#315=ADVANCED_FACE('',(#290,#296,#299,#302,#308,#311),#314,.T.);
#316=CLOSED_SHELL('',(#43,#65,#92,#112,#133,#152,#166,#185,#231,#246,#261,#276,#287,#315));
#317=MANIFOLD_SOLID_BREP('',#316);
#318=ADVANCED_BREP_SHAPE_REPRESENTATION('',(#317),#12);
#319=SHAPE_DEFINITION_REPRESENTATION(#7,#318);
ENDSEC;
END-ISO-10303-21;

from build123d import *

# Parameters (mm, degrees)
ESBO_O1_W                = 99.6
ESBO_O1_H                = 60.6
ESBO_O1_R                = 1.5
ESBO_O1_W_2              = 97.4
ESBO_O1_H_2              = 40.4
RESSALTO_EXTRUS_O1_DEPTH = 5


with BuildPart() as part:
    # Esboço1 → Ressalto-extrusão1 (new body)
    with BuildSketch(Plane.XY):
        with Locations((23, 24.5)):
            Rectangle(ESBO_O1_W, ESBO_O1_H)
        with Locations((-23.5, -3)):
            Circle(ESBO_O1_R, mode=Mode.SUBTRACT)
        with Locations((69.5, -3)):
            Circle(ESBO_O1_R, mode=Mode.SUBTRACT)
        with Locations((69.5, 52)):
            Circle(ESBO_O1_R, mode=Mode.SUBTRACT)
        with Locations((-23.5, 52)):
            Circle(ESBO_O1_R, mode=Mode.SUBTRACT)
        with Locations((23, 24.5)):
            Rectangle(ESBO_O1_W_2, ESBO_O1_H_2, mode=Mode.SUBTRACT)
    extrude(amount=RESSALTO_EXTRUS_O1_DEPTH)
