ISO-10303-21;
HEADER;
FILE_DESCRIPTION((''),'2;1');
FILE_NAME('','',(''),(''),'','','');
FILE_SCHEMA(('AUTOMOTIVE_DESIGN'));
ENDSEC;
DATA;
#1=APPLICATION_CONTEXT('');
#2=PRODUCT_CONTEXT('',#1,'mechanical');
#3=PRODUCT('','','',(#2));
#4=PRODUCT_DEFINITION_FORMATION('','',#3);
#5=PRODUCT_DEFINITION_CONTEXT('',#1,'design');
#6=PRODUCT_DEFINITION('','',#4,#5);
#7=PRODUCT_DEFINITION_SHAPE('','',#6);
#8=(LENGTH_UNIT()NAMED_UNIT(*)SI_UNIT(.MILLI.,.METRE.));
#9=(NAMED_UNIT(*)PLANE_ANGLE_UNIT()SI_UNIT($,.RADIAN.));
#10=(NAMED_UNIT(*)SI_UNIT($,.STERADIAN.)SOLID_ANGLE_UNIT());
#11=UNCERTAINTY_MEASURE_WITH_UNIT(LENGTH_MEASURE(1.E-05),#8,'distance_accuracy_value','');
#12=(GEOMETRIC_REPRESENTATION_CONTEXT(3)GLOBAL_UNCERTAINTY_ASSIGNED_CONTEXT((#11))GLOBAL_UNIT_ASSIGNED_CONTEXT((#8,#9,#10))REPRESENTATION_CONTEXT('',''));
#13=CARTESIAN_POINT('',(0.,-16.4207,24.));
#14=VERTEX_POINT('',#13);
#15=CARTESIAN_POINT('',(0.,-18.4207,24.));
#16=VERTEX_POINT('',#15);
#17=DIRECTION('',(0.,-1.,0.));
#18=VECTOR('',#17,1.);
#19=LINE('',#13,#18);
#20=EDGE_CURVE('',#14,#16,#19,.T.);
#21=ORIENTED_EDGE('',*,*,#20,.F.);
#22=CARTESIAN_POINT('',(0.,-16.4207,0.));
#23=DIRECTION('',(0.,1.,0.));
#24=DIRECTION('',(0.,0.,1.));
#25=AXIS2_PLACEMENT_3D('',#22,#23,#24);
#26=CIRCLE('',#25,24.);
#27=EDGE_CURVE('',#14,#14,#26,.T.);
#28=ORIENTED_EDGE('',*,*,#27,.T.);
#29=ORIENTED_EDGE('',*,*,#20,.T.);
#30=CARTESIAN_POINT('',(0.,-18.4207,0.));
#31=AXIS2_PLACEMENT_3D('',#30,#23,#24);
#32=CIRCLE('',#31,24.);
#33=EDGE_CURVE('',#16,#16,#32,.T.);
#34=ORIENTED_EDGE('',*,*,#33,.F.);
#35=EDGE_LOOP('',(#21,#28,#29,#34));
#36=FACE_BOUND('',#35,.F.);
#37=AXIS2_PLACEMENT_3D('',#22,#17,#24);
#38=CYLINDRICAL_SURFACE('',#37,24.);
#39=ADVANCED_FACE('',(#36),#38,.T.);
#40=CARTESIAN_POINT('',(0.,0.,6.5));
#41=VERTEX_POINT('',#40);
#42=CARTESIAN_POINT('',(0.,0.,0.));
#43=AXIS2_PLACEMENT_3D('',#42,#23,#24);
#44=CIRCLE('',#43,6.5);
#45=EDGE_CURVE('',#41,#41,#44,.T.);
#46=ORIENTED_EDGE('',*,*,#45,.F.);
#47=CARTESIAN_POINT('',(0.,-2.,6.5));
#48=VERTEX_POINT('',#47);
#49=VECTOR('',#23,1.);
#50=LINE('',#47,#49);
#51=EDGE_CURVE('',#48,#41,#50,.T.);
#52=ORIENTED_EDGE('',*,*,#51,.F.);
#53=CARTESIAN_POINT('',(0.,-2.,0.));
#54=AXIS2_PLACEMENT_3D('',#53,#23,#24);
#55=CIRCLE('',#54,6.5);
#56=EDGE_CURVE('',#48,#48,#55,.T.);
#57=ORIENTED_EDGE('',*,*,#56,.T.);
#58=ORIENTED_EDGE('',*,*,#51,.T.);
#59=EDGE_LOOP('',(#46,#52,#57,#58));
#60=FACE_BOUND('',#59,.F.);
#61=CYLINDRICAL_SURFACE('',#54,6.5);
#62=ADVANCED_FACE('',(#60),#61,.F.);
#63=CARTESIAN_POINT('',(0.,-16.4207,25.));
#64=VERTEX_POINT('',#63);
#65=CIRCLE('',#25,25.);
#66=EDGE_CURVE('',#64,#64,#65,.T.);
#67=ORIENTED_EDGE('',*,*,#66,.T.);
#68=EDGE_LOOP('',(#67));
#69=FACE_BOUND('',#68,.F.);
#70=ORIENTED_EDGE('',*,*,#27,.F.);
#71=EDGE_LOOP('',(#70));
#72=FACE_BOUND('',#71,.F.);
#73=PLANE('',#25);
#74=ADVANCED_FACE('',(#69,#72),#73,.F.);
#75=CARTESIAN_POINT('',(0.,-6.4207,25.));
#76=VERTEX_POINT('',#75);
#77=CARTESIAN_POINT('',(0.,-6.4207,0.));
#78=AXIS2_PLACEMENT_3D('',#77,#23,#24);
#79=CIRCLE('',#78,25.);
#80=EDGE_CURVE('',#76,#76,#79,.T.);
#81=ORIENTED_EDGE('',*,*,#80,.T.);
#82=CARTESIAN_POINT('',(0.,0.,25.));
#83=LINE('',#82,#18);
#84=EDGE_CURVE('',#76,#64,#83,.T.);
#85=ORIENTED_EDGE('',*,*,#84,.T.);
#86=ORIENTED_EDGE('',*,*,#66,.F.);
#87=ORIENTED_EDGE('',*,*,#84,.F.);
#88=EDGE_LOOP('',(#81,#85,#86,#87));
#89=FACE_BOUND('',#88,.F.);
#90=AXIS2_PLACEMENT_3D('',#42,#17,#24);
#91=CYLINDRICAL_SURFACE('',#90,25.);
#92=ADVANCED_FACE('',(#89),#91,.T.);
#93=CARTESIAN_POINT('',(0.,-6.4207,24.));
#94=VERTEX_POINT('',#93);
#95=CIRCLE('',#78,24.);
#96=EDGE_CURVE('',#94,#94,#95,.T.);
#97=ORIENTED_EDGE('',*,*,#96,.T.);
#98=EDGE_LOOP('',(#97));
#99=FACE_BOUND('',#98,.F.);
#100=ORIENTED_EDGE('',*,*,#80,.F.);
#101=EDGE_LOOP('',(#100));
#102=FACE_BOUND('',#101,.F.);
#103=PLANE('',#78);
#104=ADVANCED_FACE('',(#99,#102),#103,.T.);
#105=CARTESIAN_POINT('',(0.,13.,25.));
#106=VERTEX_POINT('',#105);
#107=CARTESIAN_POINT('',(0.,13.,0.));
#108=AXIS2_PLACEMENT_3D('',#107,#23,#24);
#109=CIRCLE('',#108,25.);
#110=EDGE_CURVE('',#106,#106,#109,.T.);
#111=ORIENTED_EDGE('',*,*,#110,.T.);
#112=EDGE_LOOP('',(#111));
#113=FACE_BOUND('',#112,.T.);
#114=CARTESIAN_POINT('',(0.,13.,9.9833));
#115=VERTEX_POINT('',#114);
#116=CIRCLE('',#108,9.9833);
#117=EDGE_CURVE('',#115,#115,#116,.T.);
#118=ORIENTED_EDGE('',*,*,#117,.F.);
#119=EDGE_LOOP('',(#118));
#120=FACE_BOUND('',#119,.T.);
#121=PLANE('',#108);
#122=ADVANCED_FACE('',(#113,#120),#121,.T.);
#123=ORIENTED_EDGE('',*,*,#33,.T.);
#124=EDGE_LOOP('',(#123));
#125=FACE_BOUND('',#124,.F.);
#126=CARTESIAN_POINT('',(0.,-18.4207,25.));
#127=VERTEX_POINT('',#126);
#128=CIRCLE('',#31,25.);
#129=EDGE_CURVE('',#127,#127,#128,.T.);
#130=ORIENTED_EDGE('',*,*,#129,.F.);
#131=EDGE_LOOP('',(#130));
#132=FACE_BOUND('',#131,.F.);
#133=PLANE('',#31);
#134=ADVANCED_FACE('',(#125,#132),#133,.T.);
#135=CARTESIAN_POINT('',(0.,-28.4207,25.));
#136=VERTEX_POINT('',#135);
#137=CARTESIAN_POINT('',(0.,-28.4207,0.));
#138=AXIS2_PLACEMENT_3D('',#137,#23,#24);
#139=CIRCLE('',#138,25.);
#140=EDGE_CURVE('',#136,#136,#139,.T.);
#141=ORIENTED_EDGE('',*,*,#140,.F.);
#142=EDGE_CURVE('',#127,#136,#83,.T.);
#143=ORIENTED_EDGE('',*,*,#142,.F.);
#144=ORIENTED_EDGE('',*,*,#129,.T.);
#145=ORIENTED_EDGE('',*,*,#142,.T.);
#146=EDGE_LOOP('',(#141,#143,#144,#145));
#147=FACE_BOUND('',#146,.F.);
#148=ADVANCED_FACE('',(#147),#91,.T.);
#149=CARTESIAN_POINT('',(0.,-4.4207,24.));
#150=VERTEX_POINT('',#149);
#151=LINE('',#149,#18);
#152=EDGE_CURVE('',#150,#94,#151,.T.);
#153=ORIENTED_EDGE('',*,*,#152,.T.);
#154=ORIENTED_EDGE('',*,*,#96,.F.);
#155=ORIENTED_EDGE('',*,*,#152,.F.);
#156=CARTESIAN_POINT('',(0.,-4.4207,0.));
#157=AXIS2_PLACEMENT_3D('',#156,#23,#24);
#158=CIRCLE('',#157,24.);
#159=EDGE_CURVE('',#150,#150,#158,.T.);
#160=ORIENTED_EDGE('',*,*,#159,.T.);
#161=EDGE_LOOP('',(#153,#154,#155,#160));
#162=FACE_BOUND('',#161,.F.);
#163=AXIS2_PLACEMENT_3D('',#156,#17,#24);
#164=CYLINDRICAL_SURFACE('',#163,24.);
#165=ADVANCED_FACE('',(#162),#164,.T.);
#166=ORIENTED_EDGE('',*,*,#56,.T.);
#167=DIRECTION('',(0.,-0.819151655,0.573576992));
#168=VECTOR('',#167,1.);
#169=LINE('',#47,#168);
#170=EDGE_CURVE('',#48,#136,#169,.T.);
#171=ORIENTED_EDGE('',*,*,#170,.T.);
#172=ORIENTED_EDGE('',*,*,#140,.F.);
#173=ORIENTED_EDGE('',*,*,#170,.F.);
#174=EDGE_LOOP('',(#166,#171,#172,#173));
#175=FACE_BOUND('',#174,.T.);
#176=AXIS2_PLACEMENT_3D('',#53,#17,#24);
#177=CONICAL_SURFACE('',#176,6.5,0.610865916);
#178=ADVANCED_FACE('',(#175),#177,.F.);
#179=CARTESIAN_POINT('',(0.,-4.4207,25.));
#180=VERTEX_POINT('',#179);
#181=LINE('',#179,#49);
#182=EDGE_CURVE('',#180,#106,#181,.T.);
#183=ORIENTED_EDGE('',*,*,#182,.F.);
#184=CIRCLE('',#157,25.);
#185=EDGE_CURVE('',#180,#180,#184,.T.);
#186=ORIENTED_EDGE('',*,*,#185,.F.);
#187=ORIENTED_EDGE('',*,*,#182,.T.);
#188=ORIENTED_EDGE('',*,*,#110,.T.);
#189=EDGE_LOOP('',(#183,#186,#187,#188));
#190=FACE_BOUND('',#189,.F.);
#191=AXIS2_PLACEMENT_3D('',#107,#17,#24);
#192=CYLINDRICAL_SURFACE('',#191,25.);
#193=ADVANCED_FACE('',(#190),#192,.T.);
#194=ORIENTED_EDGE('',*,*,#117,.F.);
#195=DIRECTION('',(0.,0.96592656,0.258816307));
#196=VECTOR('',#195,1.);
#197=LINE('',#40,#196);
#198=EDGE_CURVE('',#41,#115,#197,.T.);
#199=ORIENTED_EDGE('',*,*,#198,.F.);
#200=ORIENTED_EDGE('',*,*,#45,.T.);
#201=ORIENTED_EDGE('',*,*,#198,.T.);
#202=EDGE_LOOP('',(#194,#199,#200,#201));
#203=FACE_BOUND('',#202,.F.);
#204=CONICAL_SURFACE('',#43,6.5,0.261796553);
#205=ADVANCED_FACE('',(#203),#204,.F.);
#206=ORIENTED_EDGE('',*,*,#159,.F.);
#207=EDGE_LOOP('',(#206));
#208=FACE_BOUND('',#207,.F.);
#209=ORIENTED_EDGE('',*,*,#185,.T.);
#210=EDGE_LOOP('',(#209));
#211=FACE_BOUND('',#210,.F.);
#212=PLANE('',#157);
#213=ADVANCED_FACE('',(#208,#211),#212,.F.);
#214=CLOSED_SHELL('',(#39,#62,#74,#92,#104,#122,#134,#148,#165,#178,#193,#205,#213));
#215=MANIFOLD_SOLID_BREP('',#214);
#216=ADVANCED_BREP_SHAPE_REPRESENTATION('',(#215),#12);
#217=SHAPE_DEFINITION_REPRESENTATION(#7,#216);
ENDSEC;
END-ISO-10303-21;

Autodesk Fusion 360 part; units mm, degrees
sketch "Sketch1" plane through (0, 0, 0) normal (1, 0, 0) x (0, 1, 0)
  line L0 (0, 0) -> (0, 6.5)
  line L1 (0, 6.5) -> (13, 9.9833)
  line L2 (0, 6.5) -> (200, 6.5) construction
  line L3 (0, 0) -> (0, 6.5)
  line L4 (0, 10) -> (13, 10)
  line L5 (13, 10) -> (13, 6.5)
  line L6 (-2, 6.5) -> (0, 6.5)
  line L7 (-2, 0) -> (0, 0)
  line L8 (-2, 6.5) -> (-28.4207, 25)
  line L9 (-2, 6.5) -> (198, 6.5) construction
  line L10 (0, 25) -> (-28.4207, 25)
  line L11 (0, 0) -> (0, 6.5)
  line L12 (0, 10) -> (0, 25)
  line L13 (13, 9.9833) -> (13, 25)
  line L14 (13, 25) -> (0, 25)
  line L15 (-28.4207, 25) -> (-18.4207, 25)
  line L16 (-18.4207, 25) -> (-16.4207, 25)
  line L17 (-16.4207, 25) -> (-16.4207, 24)
  line L18 (-16.4207, 24) -> (-18.4207, 24)
  line L19 (-18.4207, 24) -> (-18.4207, 25)
  line L20 (-16.4207, 25) -> (-6.4207, 25)
  line L21 (-6.4207, 25) -> (-4.4207, 25)
  line L22 (-4.4207, 25) -> (-4.4207, 24)
  line L23 (-4.4207, 24) -> (-6.4207, 24)
  line L24 (-6.4207, 24) -> (-6.4207, 25)
  dimension "d7" = 6.5
  dimension "d8" = 15
  dimension "d10" = 10
  dimension "d11" = 6.5
  dimension "d12" = 145
  dimension "d14" = 25
  dimension "d15" = 10
  dimension "d16" = 2
  dimension "d17" = 1
  dimension "d18" = 10
  dimension "d19" = 2
  dimension "d20" = 1
revolve "Revolve1" add sketch "Sketch1" angle 360 about axis through (0, 1.75, 0) along (0, 1, 0) contours L1 L4 L5 L6 L8 L10 L12 L13 L15 L17 L18 L19 L20 L22 L23 L24 | L4 L12 L13 L14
_ _ _
* [WORK ORDER] Using the records above, set down exactly the lines from the one with "#69=FACE_BOUND('',#68,.F.);" through the one with "#91=CYLINDRICAL_SURFACE('',#90,25.);", inclusive, and nothing more.

* [RESPONSE TO THIS EXERCISE]
#69=FACE_BOUND('',#68,.F.);
#70=ORIENTED_EDGE('',*,*,#27,.F.);
#71=EDGE_LOOP('',(#70));
#72=FACE_BOUND('',#71,.F.);
#73=PLANE('',#25);
#74=ADVANCED_FACE('',(#69,#72),#73,.F.);
#75=CARTESIAN_POINT('',(0.,-6.4207,25.));
#76=VERTEX_POINT('',#75);
#77=CARTESIAN_POINT('',(0.,-6.4207,0.));
#78=AXIS2_PLACEMENT_3D('',#77,#23,#24);
#79=CIRCLE('',#78,25.);
#80=EDGE_CURVE('',#76,#76,#79,.T.);
#81=ORIENTED_EDGE('',*,*,#80,.T.);
#82=CARTESIAN_POINT('',(0.,0.,25.));
#83=LINE('',#82,#18);
#84=EDGE_CURVE('',#76,#64,#83,.T.);
#85=ORIENTED_EDGE('',*,*,#84,.T.);
#86=ORIENTED_EDGE('',*,*,#66,.F.);
#87=ORIENTED_EDGE('',*,*,#84,.F.);
#88=EDGE_LOOP('',(#81,#85,#86,#87));
#89=FACE_BOUND('',#88,.F.);
#90=AXIS2_PLACEMENT_3D('',#42,#17,#24);
#91=CYLINDRICAL_SURFACE('',#90,25.);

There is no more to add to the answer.